Gemini Oddity automatically delegates complex code analysis tasks from Claude Code to Google Gemini, combining Claude's reasoning capabilities with Gemini's large context processing power. Now with OAuth 2.0, it's secure enough for enterprise deployment.

graph TB
    subgraph "Claude Code"
        CC[Claude Code CLI]
        TC[Tool Call]
    end
    
    subgraph "OAuth-Enhanced Bridge"
        HS[Hook System]
        DE[Decision Engine]
        OM[🔐 OAuth Manager]
        EM[🔒 Encryption Module]
        PC[Path Converter]
        CH[Cache Layer]
    end
    
    subgraph "External APIs"
        GA[Google OAuth]
        GC[Gemini CLI]
        GM[Gemini API]
    end
    
    CC -->|PreToolUse Hook| HS
    HS --> PC
    PC --> DE
    DE -->|Needs Auth| OM
    OM -->|Secure Token| EM
    EM -->|Encrypted Storage| OM
    OM <-->|OAuth Flow| GA
    DE -->|Delegate?| CH
    CH -->|Authorized| GC
    GC --> GM
    GM -->|Analysis| CH
    CH -->|Response| HS
    HS -->|Result| CC
    
    style OM fill:#4CAF50
    style EM fill:#FF9800
    style GA fill:#2196F3

• Token Limit: Content exceeds ~50k tokens (~200KB)
• Multi-File Tasks: ≥3 files for Task operations
• Safety Limits: Content ≤10MB and ≤800k tokens for Gemini
• Security: Automatic exclusion of sensitive files (*.secret, *.key, *.env)

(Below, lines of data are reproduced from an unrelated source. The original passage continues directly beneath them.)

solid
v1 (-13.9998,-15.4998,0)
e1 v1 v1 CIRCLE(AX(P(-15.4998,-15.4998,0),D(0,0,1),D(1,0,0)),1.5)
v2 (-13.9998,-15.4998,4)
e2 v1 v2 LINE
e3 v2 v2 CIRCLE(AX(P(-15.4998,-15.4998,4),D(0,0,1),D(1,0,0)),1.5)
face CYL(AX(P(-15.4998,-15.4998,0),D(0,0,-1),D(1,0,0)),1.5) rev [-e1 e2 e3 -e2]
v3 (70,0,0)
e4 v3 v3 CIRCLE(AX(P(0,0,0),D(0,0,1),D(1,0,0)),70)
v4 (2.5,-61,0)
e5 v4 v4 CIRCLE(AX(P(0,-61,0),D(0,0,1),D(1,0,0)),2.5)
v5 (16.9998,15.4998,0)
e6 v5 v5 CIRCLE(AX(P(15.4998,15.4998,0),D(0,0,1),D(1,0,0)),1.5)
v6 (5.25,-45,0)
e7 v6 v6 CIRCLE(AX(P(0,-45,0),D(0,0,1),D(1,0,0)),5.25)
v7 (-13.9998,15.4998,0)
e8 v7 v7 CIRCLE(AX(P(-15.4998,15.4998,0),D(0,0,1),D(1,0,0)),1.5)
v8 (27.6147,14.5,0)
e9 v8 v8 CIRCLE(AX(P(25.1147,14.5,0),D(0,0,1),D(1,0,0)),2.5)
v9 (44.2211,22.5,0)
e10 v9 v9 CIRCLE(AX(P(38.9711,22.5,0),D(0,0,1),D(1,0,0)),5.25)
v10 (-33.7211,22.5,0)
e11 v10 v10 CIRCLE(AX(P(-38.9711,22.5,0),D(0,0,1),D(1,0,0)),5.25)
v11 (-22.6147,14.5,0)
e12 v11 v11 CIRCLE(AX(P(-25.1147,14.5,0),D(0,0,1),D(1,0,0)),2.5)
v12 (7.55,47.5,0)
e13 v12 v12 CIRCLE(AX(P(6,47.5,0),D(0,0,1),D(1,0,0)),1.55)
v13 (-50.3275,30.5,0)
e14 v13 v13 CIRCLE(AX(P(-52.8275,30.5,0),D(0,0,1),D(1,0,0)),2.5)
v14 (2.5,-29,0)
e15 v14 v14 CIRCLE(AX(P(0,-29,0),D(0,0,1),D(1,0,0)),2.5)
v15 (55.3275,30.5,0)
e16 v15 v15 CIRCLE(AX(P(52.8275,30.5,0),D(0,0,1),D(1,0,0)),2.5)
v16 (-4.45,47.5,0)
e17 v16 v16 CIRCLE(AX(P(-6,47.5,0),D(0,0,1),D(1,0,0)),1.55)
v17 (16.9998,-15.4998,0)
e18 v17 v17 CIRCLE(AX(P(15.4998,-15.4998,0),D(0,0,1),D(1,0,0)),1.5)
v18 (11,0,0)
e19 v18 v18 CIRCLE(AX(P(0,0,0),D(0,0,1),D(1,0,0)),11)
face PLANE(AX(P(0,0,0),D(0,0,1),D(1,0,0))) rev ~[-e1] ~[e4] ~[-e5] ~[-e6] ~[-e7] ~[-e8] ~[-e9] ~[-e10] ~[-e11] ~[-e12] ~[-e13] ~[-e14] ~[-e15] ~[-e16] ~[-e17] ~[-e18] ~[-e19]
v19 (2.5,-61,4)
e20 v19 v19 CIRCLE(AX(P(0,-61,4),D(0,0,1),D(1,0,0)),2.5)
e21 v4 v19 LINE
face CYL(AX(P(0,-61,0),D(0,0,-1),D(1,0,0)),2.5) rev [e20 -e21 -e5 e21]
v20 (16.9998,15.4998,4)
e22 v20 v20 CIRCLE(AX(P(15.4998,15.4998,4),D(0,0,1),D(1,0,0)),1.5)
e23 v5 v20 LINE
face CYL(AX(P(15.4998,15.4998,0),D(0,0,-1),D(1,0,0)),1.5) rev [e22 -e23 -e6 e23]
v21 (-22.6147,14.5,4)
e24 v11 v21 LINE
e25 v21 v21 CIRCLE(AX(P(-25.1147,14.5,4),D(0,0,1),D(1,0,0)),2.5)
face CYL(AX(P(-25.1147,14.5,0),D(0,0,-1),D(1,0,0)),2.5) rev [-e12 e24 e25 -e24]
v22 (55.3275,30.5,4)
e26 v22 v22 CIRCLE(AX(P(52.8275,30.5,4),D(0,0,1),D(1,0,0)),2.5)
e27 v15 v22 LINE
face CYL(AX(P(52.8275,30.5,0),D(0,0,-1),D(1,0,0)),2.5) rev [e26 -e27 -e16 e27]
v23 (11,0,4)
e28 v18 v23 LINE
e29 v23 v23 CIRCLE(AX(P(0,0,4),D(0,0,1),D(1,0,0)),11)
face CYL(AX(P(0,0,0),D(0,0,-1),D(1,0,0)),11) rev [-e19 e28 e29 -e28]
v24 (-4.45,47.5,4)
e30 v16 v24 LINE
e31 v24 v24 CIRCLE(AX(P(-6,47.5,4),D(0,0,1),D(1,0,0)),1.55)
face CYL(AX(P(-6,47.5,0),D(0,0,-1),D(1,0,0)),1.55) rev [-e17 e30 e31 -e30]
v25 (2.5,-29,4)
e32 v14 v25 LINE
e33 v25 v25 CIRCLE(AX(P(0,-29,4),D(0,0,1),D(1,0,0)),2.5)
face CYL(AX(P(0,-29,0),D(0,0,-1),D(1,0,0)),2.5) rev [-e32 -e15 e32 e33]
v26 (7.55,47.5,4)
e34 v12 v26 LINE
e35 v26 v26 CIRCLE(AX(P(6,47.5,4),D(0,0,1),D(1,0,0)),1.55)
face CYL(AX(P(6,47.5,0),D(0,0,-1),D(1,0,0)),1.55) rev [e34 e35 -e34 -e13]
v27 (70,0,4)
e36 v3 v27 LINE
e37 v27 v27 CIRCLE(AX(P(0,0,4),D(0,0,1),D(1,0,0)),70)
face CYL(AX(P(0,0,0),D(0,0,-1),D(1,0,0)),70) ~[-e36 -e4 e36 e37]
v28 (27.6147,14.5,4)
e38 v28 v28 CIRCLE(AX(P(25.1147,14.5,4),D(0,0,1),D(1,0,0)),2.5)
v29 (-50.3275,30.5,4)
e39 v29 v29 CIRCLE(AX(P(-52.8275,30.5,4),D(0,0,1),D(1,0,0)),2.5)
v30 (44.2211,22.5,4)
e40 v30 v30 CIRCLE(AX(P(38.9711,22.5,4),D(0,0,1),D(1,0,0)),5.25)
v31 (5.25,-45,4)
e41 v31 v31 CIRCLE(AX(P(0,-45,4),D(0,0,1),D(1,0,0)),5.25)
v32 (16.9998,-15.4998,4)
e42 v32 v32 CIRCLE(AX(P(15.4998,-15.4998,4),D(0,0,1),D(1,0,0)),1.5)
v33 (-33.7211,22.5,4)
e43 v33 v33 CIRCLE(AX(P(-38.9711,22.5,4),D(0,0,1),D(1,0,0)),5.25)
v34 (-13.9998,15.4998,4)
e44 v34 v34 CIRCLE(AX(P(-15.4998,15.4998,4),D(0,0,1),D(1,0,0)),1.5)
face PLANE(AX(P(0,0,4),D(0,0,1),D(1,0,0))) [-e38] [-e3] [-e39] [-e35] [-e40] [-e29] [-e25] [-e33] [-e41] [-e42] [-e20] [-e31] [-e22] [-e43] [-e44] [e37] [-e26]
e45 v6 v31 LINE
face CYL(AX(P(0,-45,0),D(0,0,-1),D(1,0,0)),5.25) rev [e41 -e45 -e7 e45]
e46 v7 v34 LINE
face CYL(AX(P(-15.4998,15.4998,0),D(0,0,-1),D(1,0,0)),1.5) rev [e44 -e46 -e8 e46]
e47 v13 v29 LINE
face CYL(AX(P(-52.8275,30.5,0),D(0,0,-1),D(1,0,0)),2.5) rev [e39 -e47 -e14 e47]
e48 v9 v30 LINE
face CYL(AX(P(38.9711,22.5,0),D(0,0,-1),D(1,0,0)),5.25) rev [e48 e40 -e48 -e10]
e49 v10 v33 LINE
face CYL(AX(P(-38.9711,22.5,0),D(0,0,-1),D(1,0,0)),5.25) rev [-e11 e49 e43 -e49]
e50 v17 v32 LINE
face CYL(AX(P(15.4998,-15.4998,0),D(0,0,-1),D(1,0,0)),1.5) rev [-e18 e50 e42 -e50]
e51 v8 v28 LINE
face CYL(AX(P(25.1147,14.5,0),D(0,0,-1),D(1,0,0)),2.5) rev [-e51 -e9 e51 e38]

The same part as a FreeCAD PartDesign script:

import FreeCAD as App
import Part
import Sketcher
from FreeCAD import Vector

doc = App.newDocument("Part")
params = doc.addObject("Spreadsheet::Sheet", "Params")
for row, (alias, value) in enumerate([
    ("sketch1_diameter", "140 mm"),
    ("sketch1_diameter2", "3 mm"),
    ("sketch1_diameter3", "5 mm"),
    ("sketch1_diameter4", "22 mm"),
    ("sketch1_diameter5", "10.5 mm"),
    ("pad1_length", "4 mm"),
], start=1):
    params.set(f"A{row}", alias)
    params.set(f"B{row}", "=" + value)
    params.setAlias(f"B{row}", alias)

body = doc.addObject("PartDesign::Body", "Body")

# Sketch on XY plane
sketch1 = body.newObject("Sketcher::SketchObject", "Sketch")
sketch1.AttachmentSupport = (doc.getObject("XY_Plane"), [""])
sketch1.MapMode = "FlatFace"
sketch1.addGeometry(Part.Circle(Vector(0, 0, 0), Vector(0, 0, 1), 70), False)
sketch1.addGeometry(Part.Circle(Vector(-15.4998, -15.4998, 0), Vector(0, 0, 1), 1.5), False)
sketch1.addGeometry(Part.Circle(Vector(0, -61, 0), Vector(0, 0, 1), 2.5), False)
sketch1.addGeometry(Part.Circle(Vector(0, -45, 0), Vector(0, 0, 1), 5.25), False)
sketch1.addGeometry(Part.Circle(Vector(0, -29, 0), Vector(0, 0, 1), 2.5), False)
sketch1.addGeometry(Part.Circle(Vector(15.4998, -15.4998, 0), Vector(0, 0, 1), 1.5), False)
sketch1.addGeometry(Part.Circle(Vector(-52.8275, 30.5, 0), Vector(0, 0, 1), 2.5), False)
sketch1.addGeometry(Part.Circle(Vector(-38.9711, 22.5, 0), Vector(0, 0, 1), 5.25), False)
sketch1.addGeometry(Part.Circle(Vector(-25.1147, 14.5, 0), Vector(0, 0, 1), 2.5), False)
sketch1.addGeometry(Part.Circle(Vector(-15.4998, 15.4998, 0), Vector(0, 0, 1), 1.5), False)
sketch1.addGeometry(Part.Circle(Vector(-6, 47.5, 0), Vector(0, 0, 1), 1.55), False)
sketch1.addGeometry(Part.Circle(Vector(0, 0, 0), Vector(0, 0, 1), 11), False)
sketch1.addGeometry(Part.Circle(Vector(15.4998, 15.4998, 0), Vector(0, 0, 1), 1.5), False)
sketch1.addGeometry(Part.Circle(Vector(25.1147, 14.5, 0), Vector(0, 0, 1), 2.5), False)
sketch1.addGeometry(Part.Circle(Vector(38.9711, 22.5, 0), Vector(0, 0, 1), 5.25), False)
sketch1.addGeometry(Part.Circle(Vector(52.8275, 30.5, 0), Vector(0, 0, 1), 2.5), False)
sketch1.addGeometry(Part.Circle(Vector(6, 47.5, 0), Vector(0, 0, 1), 1.55), False)
sketch1.addConstraint(Sketcher.Constraint("Coincident", 0, 3, -1, 1))
sketch1.addConstraint(Sketcher.Constraint("Coincident", 11, 3, -1, 1))
sketch1.addConstraint(Sketcher.Constraint("Equal", 2, 4))
sketch1.addConstraint(Sketcher.Constraint("Equal", 1, 5))
sketch1.addConstraint(Sketcher.Constraint("Equal", 4, 6))
sketch1.addConstraint(Sketcher.Constraint("Equal", 3, 7))
sketch1.addConstraint(Sketcher.Constraint("Equal", 6, 8))
sketch1.addConstraint(Sketcher.Constraint("Equal", 5, 9))
sketch1.addConstraint(Sketcher.Constraint("Equal", 9, 12))
sketch1.addConstraint(Sketcher.Constraint("Equal", 8, 13))
sketch1.addConstraint(Sketcher.Constraint("Equal", 7, 14))
sketch1.addConstraint(Sketcher.Constraint("Equal", 13, 15))
sketch1.addConstraint(Sketcher.Constraint("Equal", 10, 16))
sketch1.addConstraint(Sketcher.Constraint("Symmetric", 5, 3, 9, 3, -1, 1))
sketch1.addConstraint(Sketcher.Constraint("Symmetric", 1, 3, 12, 3, -1, 1))
sketch1.addConstraint(Sketcher.Constraint("Symmetric", 1, 3, 5, 3, -2))
sketch1.addConstraint(Sketcher.Constraint("Symmetric", 8, 3, 13, 3, -2))
sketch1.addConstraint(Sketcher.Constraint("Symmetric", 7, 3, 14, 3, -2))
sketch1.addConstraint(Sketcher.Constraint("Symmetric", 6, 3, 15, 3, -2))
sketch1.addConstraint(Sketcher.Constraint("Symmetric", 10, 3, 16, 3, -2))
sketch1.addConstraint(Sketcher.Constraint("PointOnObject", 2, 3, -2))
sketch1.addConstraint(Sketcher.Constraint("PointOnObject", 3, 3, -2))
sketch1.addConstraint(Sketcher.Constraint("PointOnObject", 4, 3, -2))
sketch1.addConstraint(Sketcher.Constraint("Diameter", 0, 140.0))
sketch1.addConstraint(Sketcher.Constraint("Diameter", 1, 3.0))
sketch1.addConstraint(Sketcher.Constraint("Diameter", 2, 5.0))
sketch1.addConstraint(Sketcher.Constraint("Diameter", 11, 22.0))
sketch1.addConstraint(Sketcher.Constraint("Diameter", 3, 10.5))
sketch1.addConstraint(Sketcher.Constraint("Diameter", 10, 3.1))
sketch1.addConstraint(Sketcher.Constraint("DistanceY", 3, 3, -1, 1, 45.0))
sketch1.addConstraint(Sketcher.Constraint("DistanceX", 10, 3, -1, 1, 6.0))
sketch1.addConstraint(Sketcher.Constraint("DistanceY", 2, 3, 3, 3, 16.0))
sketch1.addConstraint(Sketcher.Constraint("DistanceY", 3, 3, 4, 3, 16.0))
sketch1.addConstraint(Sketcher.Constraint("DistanceY", 8, 3, 6, 3, 16.0))
sketch1.addConstraint(Sketcher.Constraint("DistanceY", -1, 1, 10, 3, 47.5))
sketch1.addConstraint(Sketcher.Constraint("DistanceY", 7, 3, 6, 3, 8.0))
sketch1.addConstraint(Sketcher.Constraint("DistanceY", 8, 3, 10, 3, 33.0))
sketch1.addConstraint(Sketcher.Constraint("DistanceX", 1, 3, -1, 1, 15.4998))
sketch1.addConstraint(Sketcher.Constraint("DistanceY", 1, 3, -1, 1, 15.4998))
sketch1.addConstraint(Sketcher.Constraint("DistanceX", 7, 3, -1, 1, 38.971))
sketch1.addConstraint(Sketcher.Constraint("DistanceX", 8, 3, 1, 3, 9.615))
sketch1.addConstraint(Sketcher.Constraint("DistanceX", 6, 3, -1, 1, 52.8275))
sketch1.setExpression("Constraints[23]", "Params.sketch1_diameter")
sketch1.setExpression("Constraints[24]", "Params.sketch1_diameter2")
sketch1.setExpression("Constraints[25]", "Params.sketch1_diameter3")
sketch1.setExpression("Constraints[26]", "Params.sketch1_diameter4")
sketch1.setExpression("Constraints[27]", "Params.sketch1_diameter5")
pad1 = body.newObject("PartDesign::Pad", "Pad")
pad1.Profile = sketch1
pad1.setExpression("Length", "Params.pad1_length")

doc.recompute()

• Claude Code CLI installed
• Google Gemini CLI v1.0.0+
• Bash 4.0+ (macOS/Linux)
• jq, curl, openssl (installed automatically if missing)

# Clone the repository
git clone https://github.com/good-night-oppie/gemini-oddity
cd gemini-oddity

# Run the interactive setup wizard
./setup/interactive-setup.sh

# The colorful wizard will guide you through:
# 1. Choosing OAuth authentication (recommended)
# 2. Setting up Google OAuth credentials
# 3. Configuring encryption password
# 4. Completing OAuth authorization
# 5. Validating your setup

# Test the installation
./test/test-runner.sh

# Use Claude Code normally - OAuth is handled automatically!
claude "analyze all Python files in this project"

Upgrading from v1.x? We've got you covered:

# Automatic migration with backup
./setup/interactive-setup.sh --migrate

# Your config is backed up to config.backup.json
# The wizard handles the entire OAuth setup

See Migration Guide for detailed instructions.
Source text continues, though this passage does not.